1.1.5. Del resto, il processo amministrativo non costituisce una giurisdizione di diritto oggettivo, volta semplicemente a ristabilire una legalità che si assume violata, ma ha la funzione di dirimere una controversia fra un soggetto che si afferma leso in modo diretto e attuale da un provvedimento amministrativo e l’amministrazione che lo ha emanato (Cons. Stato, sez. V, 9 dicembre 2019, n. 8399, che richiama sez. V, 19 febbraio 2007, n. 826). A fronte di ciò, le disposizioni che attribuiscano il potere di accedere al giudice a determinato soggetti preposti istituzionalmente alla tutela di interessi che travalicano la dimensione individuale, ponendosi in relazione di eccentricità rispetto all’ordinario, vanno ritenute di stretta interpretazione.

1.1.6. In sintesi, e concludendo sul punto, i riferimenti alla competenza del Tribunale amministrativo regionale recati dalle cennate norme non possono che essere riferiti ai casi di rapporti di pubblico impiego in atto, di cui all’art. 3 del d.lgs. 30 marzo 2001, n. 165, ove residua, appunto, la giurisdizione del Giudice amministrativo.

1.1.7. Neppure, infine, posso ritrarsi argomenti per fondare nel caso di specie la legittimazione a ricorrere del consigliere di parità dalle disposizioni di fonte regionale.

1.2. Sussiste, diversamente, la legittimazione processuale di G G C, rispetto alla quale lo status di cittadino del Comune intimato e la configurabilità della lesione dell’interesse a conseguire la nomina ad assessore costituiscono sufficiente base per l’esercizio del potere di reazione processuale alla lamentata illegittimità dell’azione amministrativa.

2. Nel merito, il ricorso è fondato, alla stregua della motivazione che segue.

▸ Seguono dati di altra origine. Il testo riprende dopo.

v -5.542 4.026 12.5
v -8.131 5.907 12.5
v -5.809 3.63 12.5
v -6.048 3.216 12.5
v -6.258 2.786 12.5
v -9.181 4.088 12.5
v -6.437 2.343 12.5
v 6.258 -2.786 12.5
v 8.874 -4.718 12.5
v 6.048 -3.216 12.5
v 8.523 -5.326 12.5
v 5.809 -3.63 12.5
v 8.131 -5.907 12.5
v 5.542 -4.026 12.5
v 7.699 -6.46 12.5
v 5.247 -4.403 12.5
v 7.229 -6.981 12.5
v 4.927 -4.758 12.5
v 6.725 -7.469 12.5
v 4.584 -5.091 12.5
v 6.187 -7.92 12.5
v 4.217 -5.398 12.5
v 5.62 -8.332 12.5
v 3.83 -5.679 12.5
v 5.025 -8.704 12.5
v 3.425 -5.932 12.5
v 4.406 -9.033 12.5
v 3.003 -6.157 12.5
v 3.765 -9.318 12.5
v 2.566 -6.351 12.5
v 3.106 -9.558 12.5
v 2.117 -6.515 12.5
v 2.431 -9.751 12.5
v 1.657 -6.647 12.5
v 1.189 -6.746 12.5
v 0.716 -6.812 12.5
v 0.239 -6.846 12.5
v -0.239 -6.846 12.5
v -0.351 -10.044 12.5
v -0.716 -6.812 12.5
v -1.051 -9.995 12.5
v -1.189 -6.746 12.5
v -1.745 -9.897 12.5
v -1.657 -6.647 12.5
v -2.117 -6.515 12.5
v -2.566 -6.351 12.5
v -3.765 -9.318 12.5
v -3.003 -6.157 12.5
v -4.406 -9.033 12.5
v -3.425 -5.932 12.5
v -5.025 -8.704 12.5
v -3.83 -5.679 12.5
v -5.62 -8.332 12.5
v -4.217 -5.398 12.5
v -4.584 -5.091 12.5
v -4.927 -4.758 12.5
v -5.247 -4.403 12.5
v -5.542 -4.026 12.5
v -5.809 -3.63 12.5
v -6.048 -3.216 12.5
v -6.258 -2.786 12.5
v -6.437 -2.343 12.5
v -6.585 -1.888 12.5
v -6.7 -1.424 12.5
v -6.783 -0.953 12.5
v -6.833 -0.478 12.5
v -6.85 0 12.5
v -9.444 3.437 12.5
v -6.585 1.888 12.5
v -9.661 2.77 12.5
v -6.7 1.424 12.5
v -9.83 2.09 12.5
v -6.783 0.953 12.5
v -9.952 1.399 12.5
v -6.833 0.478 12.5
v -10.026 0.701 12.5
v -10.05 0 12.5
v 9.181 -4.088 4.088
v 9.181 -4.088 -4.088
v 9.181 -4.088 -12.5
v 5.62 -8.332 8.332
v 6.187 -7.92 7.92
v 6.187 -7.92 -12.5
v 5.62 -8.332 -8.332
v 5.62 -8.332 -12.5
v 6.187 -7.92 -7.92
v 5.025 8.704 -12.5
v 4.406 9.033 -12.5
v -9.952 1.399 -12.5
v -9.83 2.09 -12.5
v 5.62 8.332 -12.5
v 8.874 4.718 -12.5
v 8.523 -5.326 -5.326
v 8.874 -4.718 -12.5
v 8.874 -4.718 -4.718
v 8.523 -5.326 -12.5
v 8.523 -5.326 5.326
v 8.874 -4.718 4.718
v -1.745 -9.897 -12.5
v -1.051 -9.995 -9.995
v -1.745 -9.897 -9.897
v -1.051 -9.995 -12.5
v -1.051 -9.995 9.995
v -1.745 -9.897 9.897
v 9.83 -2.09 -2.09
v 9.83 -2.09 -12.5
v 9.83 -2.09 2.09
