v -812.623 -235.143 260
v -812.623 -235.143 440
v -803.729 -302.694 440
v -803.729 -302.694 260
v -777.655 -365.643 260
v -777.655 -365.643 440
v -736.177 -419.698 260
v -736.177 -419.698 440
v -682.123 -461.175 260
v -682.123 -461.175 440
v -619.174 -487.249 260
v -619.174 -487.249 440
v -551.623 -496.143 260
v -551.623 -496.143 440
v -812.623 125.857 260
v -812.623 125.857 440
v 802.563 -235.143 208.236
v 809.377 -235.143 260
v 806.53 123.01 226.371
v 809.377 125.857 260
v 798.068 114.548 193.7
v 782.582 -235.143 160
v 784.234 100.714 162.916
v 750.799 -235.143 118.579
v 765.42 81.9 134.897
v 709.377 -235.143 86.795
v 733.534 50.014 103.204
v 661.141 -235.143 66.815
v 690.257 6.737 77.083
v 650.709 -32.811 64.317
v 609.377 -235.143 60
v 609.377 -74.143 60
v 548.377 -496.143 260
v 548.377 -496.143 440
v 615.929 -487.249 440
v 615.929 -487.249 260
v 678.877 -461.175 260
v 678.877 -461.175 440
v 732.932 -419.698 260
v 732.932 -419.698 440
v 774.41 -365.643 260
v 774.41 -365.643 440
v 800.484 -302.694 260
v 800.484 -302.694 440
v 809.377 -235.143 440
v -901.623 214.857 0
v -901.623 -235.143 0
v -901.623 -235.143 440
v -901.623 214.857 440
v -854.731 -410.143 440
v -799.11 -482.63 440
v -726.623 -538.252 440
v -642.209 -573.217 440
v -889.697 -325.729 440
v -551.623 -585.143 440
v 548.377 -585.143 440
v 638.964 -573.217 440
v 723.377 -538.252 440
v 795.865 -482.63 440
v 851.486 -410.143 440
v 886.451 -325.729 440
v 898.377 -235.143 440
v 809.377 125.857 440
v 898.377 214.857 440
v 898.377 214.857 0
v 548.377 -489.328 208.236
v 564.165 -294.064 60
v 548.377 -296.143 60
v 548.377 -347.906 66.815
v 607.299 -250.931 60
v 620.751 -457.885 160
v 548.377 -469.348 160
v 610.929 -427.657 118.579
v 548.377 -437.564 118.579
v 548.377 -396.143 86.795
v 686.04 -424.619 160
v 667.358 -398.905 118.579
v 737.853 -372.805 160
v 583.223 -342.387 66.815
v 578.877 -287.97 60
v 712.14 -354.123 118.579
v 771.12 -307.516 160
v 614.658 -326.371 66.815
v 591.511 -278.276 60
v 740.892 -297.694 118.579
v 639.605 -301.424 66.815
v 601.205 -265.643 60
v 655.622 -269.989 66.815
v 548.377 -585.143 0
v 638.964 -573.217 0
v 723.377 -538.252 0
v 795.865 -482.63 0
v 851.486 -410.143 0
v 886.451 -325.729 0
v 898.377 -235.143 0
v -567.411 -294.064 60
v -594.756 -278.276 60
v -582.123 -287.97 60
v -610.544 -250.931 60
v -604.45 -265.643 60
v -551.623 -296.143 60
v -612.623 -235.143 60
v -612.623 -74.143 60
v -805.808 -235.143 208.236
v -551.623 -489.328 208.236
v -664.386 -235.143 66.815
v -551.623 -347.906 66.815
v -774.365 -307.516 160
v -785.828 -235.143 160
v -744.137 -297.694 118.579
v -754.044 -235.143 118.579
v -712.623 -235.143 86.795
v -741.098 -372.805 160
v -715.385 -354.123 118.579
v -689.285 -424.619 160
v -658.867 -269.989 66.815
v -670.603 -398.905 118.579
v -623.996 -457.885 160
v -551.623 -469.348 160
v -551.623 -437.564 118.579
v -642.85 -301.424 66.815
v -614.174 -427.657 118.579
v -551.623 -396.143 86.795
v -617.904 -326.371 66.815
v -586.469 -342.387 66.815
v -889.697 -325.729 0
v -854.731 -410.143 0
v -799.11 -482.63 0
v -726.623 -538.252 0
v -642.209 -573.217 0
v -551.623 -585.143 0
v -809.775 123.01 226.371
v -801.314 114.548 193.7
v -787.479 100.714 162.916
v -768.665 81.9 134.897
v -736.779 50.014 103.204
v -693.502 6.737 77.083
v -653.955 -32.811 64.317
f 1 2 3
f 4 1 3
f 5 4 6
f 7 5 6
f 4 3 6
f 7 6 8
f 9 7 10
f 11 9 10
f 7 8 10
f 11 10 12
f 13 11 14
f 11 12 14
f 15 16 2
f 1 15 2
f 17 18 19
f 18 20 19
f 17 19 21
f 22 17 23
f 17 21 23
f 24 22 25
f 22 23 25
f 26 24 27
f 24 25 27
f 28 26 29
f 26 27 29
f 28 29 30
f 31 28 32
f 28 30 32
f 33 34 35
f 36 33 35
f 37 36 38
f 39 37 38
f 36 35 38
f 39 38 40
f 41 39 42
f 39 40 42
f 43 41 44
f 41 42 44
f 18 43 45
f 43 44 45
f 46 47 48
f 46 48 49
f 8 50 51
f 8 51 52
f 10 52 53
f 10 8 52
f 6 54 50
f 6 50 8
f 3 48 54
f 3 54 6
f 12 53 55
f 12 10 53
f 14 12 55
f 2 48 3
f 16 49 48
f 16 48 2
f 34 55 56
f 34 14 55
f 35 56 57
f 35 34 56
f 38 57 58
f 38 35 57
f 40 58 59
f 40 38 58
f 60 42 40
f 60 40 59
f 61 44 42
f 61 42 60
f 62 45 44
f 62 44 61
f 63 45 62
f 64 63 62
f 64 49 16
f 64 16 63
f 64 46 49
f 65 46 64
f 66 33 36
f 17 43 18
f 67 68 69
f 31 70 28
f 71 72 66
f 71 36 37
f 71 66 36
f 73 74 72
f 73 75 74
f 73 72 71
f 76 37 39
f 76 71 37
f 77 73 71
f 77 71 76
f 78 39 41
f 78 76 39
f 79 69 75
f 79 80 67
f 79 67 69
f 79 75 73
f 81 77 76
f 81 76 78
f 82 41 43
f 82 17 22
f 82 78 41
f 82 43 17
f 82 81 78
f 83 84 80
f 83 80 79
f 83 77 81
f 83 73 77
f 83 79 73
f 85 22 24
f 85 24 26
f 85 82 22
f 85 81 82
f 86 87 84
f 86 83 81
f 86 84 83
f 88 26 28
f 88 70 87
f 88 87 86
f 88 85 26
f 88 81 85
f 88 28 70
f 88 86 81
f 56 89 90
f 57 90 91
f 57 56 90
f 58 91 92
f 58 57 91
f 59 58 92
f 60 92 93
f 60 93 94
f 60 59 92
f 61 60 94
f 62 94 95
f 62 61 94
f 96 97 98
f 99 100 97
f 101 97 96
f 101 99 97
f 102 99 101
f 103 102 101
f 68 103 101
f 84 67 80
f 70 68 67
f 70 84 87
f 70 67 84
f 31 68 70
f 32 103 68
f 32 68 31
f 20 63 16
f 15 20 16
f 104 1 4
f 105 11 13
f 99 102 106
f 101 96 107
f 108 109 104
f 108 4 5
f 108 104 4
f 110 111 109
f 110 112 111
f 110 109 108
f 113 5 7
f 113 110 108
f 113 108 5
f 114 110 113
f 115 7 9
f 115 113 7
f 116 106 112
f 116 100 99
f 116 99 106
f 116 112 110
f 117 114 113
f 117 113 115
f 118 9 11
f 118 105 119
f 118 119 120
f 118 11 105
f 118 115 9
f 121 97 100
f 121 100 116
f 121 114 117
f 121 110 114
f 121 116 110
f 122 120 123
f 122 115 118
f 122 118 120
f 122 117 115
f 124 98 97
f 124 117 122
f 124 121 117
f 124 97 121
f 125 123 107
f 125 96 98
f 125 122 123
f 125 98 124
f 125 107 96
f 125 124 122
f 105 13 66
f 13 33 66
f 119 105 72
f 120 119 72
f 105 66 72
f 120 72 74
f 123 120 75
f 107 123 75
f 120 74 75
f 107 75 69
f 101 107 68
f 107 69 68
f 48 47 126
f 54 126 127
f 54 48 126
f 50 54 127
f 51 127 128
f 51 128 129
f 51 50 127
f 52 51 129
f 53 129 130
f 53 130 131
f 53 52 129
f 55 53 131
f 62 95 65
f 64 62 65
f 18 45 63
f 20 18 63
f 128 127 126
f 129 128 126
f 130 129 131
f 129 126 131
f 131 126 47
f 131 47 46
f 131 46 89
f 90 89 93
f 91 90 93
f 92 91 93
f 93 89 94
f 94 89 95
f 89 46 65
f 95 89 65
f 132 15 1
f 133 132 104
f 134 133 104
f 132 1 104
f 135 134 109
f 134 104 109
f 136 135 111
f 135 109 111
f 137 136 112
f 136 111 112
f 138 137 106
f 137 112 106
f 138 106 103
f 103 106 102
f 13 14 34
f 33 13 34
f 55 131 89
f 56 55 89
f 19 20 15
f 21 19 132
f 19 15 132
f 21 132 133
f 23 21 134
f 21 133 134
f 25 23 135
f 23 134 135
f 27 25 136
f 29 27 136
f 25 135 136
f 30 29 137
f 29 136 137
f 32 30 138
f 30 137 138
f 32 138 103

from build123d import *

# Parameters (mm, degrees)
F0_W     = 1800
F0_H     = 800
F1_DEPTH = 440
F2_R     = 350
F4_DEPTH = 380
F5_R     = 200


with BuildPart() as f1:
    # F0 (on Top) → F1 (new body)
    with BuildSketch(Plane.XY):
        with Locations((-1.622595, -185.142654)):
            Rectangle(F0_W, F0_H)
    extrude(amount=F1_DEPTH)

    # F2
    f2_edges = [f1.edges().sort_by_distance(p)[0] for p in [
        (-901.622595, -585.142654, 220),
        (898.377405, -585.142654, 220),
    ]]
    fillet(f2_edges, radius=F2_R)

    # F3 (on face) → F4 (cut)
    with BuildSketch(Plane.XY.offset(440)):
        with BuildLine():
            Line((809.377417, 125.857358), (-812.622607, 125.857358))
            Line((-812.622607, 125.857358), (-812.622607, -235.142654))
            ThreePointArc((-812.622607, -235.142654), (-736.177473, -419.697533), (-551.622595, -496.142666))
            Line((-551.622595, -496.142666), (548.377405, -496.142666))
            ThreePointArc((548.377405, -496.142666), (732.932283, -419.697533), (809.377417, -235.142654))
            Line((809.377417, -235.142654), (809.377417, 125.857358))
        make_face()
    extrude(amount=-F4_DEPTH, mode=Mode.SUBTRACT)

    # F5
    f5_edges = [f1.edges().sort_by_distance(p)[0] for p in [
        (-812.622607, -54.642648, 60),
        (-736.177473, -419.697533, 60),
        (-1.622595, 125.857358, 60),
        (809.377417, -54.642648, 60),
        (732.932283, -419.697533, 60),
        (-1.622595, -496.142666, 60),
    ]]
    fillet(f5_edges, radius=F5_R)


solid = f1.part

Colgono nel segno le censure di violazione del giusto procedimento e di eccesso di potere per motivazione apparente in relazione al mancato rispetto del principio di pari opportunità. In particolare, si è lamentato che il Sindaco dell’Ente civico resistente non avrebbe adeguatamente ricercato possibili candidate alla carica di assessore, essendosi limitato a un’attività di indagine «volutamente limitata a poche figure femminili, peraltro attestata tramite dichiarazioni senza nessuna data certa, con la conseguente conferma dell’assenza di coinvolgimento della popolazione, ivi inclusi soggetti anche estranei all’ambito politico-consiliare di riferimento».

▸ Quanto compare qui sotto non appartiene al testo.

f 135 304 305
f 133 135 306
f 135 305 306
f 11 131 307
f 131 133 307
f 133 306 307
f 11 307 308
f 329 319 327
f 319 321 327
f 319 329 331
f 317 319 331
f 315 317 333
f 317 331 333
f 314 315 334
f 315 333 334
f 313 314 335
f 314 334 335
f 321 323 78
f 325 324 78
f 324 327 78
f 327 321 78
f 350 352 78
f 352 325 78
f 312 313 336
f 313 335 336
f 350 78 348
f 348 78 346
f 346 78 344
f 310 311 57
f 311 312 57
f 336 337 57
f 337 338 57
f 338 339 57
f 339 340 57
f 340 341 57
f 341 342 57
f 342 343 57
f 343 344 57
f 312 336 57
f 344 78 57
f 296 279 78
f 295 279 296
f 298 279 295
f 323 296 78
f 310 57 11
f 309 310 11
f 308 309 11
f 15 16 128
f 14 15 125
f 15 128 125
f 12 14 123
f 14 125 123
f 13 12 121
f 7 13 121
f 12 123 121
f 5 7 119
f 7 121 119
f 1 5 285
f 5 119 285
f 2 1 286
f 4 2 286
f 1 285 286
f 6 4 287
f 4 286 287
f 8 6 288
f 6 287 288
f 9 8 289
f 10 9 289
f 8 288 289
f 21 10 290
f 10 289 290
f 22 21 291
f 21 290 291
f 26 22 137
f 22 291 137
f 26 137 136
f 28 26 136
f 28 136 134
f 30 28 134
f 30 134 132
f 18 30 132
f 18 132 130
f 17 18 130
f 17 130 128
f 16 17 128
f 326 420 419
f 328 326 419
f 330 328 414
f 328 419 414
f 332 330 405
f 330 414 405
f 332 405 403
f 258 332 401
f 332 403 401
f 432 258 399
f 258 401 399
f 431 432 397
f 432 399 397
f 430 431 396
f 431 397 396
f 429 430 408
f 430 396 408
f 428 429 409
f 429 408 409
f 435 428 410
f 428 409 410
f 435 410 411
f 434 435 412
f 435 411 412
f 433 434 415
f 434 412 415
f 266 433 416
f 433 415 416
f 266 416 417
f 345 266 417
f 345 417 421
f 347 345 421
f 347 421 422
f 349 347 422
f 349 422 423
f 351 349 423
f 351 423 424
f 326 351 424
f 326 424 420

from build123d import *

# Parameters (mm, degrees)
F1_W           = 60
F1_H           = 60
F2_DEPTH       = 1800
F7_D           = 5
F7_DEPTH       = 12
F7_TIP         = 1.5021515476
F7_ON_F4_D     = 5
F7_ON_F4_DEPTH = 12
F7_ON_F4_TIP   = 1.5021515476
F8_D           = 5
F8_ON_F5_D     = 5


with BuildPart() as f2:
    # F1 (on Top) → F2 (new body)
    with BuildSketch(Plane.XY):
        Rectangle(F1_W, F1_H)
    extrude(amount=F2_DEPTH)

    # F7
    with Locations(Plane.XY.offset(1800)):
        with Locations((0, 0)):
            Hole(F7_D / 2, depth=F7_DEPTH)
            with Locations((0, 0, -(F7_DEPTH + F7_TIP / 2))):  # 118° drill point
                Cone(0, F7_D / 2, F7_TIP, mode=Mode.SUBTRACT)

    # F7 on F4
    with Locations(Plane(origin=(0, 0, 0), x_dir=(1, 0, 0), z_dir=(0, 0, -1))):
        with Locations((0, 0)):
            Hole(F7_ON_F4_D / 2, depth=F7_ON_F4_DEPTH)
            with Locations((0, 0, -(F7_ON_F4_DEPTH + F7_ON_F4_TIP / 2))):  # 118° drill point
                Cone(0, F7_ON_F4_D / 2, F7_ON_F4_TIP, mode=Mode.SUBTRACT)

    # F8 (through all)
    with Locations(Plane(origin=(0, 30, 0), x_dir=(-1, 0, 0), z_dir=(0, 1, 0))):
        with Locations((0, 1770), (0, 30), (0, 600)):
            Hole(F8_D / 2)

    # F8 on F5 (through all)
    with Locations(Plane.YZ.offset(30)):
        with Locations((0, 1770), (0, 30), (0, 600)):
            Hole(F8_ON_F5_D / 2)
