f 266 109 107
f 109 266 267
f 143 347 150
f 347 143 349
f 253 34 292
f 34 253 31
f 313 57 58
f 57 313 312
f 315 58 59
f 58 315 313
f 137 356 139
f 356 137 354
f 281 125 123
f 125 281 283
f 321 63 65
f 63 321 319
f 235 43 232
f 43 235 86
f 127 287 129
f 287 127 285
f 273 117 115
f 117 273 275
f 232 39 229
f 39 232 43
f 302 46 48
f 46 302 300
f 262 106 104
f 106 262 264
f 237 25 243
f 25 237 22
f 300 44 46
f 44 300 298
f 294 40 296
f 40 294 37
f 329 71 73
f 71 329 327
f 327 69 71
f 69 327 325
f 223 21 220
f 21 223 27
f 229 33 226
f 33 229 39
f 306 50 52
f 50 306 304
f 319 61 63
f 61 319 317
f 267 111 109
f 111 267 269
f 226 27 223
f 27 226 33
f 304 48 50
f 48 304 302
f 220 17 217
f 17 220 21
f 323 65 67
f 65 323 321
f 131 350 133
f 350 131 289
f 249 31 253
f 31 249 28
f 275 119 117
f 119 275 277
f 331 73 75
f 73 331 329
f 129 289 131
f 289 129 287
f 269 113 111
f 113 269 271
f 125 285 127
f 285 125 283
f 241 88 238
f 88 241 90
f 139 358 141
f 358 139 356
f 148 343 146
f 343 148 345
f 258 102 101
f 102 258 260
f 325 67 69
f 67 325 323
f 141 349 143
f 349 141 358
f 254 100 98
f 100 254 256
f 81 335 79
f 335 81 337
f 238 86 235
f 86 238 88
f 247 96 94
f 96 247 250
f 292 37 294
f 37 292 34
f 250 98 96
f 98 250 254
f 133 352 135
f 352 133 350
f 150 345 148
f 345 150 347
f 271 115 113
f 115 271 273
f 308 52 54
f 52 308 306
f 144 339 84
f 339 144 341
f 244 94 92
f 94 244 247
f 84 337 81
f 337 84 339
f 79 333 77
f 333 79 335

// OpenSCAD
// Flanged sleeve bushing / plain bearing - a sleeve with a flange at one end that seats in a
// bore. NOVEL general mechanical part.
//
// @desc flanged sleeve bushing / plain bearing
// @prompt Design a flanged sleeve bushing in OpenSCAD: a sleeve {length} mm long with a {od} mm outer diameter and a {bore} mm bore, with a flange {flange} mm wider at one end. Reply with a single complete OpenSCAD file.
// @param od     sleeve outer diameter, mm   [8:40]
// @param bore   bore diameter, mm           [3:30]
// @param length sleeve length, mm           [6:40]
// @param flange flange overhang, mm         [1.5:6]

Sul punto, il Collegio richiama, dando qui a essa continuità, il precedente del Tribunale reso in analoga questione, secondo cui: «[…] non può escludersi a priori l’effettiva impossibilità di assicurare nella composizione della Giunta comunale la presenza dei due generi, ma tale impossibilità deve essere adeguatamente provata sia mediante la effettuazione di un’accurata e approfondita istruttoria, sia con una puntuale motivazione del provvedimento sindacale di nomina degli assessori, che specifichi le ragioni che hanno impedito il rispetto della suddetta normativa in materia di parità di genere nella composizione delle Giunte. Alla luce di tali norme il Sindaco […] avrebbe dovuto svolgere un’adeguata istruttoria […], volta a reperire, per la nomina di assessori, la disponibilità di idonee personalità di sesso femminile nell’ambito di tutti i cittadini residenti o che abbiano un significativo legame con […], come per esempio l’indizione di un apposito avviso pubblico, finalizzato all’acquisizione dell’interesse di donne, appartenenti al partito politico o alla coalizione di partiti che hanno vinto le elezioni comunali, a ricoprire la carica di assessore, le quali condividano il programma della lista, capeggiata dal Sindaco» (T.A.R. Basilicata, 4 aprile 2018, n. 237). In tale prospettiva, l’inadeguata azione di ricerca si ricava dal resoconto della seduta consiliare del 30 luglio 2019, da cui emerge come non siano state interpellate le donne candidate nella lista di riferimento e non elette.

2. Dalle considerazioni che precedono discende in parte la declaratoria di inammissibilità e per il resto l’accoglimento del ricorso, con assorbimento di ogni ulteriore censura e, per l’effetto, l’annullamento degli atti impugnati, con espressa salvezza di ulteriore effusione provvedimentale.

3. Sussistono i presupposti, in ragione delle peculiarità della questione e dell’esito del giudizio, per disporre l’integrale compensazione delle spese di lite tra le parti.